The lines from the top of the data down to the line with "f 115 116 117" should be repeated exactly, both ends included.
* * *
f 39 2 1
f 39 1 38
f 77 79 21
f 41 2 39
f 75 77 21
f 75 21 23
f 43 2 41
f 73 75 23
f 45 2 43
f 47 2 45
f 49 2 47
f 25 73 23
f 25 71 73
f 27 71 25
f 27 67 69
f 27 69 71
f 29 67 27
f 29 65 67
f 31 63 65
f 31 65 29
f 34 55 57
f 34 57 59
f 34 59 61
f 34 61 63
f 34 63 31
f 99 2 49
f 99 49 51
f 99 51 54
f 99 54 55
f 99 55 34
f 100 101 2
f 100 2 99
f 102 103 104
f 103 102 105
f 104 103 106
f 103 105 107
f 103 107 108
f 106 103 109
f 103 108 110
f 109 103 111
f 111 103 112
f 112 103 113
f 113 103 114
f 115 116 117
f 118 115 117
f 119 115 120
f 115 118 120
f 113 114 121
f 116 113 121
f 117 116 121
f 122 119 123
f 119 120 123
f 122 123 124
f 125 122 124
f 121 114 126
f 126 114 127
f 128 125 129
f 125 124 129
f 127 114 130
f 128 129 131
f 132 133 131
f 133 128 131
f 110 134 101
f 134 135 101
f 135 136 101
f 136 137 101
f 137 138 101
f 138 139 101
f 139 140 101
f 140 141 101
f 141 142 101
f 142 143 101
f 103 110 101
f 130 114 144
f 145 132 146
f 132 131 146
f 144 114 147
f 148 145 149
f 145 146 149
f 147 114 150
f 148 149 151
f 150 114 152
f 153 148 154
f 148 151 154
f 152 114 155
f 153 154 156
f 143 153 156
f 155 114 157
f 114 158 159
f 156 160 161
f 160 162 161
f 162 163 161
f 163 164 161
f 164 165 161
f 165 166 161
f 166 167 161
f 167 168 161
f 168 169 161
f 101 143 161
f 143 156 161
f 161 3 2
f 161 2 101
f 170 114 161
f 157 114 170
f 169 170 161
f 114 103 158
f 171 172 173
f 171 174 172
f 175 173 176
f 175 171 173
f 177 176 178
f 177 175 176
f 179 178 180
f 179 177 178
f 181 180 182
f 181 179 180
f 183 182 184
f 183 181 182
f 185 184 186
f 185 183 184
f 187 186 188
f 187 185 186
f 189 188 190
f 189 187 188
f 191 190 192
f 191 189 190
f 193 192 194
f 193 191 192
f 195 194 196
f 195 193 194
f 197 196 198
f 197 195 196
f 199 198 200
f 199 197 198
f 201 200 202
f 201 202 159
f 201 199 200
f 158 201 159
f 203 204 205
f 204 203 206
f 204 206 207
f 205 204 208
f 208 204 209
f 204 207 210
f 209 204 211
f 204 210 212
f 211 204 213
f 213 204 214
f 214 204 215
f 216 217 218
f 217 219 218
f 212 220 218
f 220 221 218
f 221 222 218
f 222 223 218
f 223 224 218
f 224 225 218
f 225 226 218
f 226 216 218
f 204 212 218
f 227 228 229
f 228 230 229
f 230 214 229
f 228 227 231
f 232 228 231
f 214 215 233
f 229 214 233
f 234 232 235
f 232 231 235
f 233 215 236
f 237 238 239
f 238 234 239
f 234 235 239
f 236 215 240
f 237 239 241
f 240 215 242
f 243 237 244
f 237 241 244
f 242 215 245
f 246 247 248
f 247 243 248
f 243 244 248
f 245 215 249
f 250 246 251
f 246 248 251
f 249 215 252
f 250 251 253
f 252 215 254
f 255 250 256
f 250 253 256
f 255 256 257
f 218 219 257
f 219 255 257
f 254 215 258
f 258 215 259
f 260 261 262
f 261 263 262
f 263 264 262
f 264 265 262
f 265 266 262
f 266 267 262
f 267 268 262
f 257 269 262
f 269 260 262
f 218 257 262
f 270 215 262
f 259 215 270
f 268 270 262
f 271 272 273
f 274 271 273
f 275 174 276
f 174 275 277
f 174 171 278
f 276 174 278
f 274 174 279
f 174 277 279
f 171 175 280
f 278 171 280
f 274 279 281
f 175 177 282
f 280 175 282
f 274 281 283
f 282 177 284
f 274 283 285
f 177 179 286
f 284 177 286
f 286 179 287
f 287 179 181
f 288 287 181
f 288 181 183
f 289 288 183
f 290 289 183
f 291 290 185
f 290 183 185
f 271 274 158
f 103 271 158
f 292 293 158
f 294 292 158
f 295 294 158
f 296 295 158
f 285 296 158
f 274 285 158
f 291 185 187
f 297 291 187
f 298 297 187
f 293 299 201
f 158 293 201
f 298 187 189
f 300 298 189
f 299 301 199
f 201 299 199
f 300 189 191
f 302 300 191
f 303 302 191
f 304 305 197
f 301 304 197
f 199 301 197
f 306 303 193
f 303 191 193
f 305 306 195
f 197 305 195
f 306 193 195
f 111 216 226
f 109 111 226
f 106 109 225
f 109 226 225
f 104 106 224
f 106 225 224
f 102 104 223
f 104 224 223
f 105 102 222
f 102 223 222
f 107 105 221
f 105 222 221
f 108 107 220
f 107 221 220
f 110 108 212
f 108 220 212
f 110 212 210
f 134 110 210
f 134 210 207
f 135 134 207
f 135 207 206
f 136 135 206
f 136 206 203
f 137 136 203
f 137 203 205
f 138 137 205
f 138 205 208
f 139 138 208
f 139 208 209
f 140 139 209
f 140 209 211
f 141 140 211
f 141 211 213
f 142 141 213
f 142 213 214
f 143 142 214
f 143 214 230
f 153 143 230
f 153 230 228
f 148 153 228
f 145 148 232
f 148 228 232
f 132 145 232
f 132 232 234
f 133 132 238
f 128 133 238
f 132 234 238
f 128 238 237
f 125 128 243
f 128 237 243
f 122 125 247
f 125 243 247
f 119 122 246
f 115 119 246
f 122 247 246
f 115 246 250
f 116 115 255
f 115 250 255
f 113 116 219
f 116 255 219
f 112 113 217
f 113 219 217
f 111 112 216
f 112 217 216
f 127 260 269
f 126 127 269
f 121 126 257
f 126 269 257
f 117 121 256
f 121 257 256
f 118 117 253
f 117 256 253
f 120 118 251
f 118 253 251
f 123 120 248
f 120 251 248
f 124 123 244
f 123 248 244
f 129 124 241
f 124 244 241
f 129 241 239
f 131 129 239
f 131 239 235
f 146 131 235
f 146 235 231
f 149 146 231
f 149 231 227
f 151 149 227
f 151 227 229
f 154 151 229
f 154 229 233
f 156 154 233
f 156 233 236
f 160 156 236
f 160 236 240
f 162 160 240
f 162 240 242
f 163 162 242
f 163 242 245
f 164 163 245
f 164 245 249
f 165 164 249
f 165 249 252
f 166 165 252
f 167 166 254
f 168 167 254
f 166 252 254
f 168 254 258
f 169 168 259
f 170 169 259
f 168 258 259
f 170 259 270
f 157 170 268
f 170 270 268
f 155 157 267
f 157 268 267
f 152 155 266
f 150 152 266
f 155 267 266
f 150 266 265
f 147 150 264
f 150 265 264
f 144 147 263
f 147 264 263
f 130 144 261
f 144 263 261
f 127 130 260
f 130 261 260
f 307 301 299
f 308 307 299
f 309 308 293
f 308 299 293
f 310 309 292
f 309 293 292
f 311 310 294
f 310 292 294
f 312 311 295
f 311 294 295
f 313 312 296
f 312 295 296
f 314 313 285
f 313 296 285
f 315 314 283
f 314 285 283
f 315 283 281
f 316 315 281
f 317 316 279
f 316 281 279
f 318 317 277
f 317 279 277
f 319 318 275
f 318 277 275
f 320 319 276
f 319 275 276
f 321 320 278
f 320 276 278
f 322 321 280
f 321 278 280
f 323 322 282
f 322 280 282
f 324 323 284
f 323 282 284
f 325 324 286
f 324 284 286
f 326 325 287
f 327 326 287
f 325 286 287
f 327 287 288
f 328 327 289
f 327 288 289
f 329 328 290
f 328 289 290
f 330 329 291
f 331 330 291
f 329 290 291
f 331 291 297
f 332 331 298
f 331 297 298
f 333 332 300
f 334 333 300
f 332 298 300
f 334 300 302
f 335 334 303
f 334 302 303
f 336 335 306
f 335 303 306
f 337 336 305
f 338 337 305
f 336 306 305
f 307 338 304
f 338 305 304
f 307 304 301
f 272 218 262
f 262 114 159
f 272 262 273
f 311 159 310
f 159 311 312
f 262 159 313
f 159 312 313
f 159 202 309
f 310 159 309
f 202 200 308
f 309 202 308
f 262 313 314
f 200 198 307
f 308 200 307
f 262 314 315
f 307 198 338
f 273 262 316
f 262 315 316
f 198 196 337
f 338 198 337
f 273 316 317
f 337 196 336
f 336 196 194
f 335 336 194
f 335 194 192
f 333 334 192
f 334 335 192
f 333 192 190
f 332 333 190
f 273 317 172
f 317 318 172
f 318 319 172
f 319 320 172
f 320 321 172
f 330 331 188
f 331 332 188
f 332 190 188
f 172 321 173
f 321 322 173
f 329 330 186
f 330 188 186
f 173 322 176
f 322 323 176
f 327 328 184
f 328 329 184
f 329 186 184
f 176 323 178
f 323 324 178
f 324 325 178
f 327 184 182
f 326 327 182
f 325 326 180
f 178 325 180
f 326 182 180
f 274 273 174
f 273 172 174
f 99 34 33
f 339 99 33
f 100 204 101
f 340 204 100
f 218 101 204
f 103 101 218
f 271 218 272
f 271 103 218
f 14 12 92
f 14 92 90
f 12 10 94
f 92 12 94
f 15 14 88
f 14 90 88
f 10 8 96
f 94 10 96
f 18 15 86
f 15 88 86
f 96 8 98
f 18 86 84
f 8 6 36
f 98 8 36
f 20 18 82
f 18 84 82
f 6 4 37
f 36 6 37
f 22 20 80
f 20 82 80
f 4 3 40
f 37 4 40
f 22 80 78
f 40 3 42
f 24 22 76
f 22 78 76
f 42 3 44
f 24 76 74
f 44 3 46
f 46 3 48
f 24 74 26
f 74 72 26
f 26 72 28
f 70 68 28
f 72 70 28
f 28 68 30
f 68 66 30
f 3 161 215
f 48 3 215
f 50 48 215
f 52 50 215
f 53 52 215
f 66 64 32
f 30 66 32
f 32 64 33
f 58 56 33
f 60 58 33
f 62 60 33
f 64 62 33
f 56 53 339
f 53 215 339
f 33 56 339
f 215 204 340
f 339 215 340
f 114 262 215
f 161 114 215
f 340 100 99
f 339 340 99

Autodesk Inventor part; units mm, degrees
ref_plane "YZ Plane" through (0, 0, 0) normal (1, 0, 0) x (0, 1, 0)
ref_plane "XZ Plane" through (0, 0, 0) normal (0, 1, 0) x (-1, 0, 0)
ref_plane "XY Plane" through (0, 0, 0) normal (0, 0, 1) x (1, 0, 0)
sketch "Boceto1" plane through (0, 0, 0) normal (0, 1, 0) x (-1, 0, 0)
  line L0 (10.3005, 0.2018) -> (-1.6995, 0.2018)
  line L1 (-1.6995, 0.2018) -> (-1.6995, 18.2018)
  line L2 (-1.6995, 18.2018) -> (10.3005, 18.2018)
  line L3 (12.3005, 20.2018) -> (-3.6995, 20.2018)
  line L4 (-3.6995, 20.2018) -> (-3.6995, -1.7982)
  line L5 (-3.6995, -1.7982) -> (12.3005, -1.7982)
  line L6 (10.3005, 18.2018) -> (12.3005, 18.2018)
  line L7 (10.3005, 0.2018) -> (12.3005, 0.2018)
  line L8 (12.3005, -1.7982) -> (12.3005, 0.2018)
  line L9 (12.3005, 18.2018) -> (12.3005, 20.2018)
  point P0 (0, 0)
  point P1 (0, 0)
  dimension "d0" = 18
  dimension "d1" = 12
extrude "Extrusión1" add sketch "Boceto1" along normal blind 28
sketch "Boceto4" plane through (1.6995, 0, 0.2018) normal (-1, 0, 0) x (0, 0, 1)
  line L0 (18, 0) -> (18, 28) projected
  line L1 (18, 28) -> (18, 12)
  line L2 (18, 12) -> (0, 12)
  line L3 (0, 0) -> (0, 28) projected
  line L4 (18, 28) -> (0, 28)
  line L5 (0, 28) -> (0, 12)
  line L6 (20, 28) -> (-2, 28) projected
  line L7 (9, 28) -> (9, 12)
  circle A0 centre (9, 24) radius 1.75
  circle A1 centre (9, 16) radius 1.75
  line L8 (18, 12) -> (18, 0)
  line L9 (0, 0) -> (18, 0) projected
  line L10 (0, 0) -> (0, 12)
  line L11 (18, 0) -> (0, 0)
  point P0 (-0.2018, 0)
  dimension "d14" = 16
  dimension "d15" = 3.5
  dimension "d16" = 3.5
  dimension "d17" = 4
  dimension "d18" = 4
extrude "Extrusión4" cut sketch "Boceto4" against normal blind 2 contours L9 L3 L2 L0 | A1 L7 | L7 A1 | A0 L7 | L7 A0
* * *
**Task response**:
f 39 2 1
f 39 1 38
f 77 79 21
f 41 2 39
f 75 77 21
f 75 21 23
f 43 2 41
f 73 75 23
f 45 2 43
f 47 2 45
f 49 2 47
f 25 73 23
f 25 71 73
f 27 71 25
f 27 67 69
f 27 69 71
f 29 67 27
f 29 65 67
f 31 63 65
f 31 65 29
f 34 55 57
f 34 57 59
f 34 59 61
f 34 61 63
f 34 63 31
f 99 2 49
f 99 49 51
f 99 51 54
f 99 54 55
f 99 55 34
f 100 101 2
f 100 2 99
f 102 103 104
f 103 102 105
f 104 103 106
f 103 105 107
f 103 107 108
f 106 103 109
f 103 108 110
f 109 103 111
f 111 103 112
f 112 103 113
f 113 103 114
f 115 116 117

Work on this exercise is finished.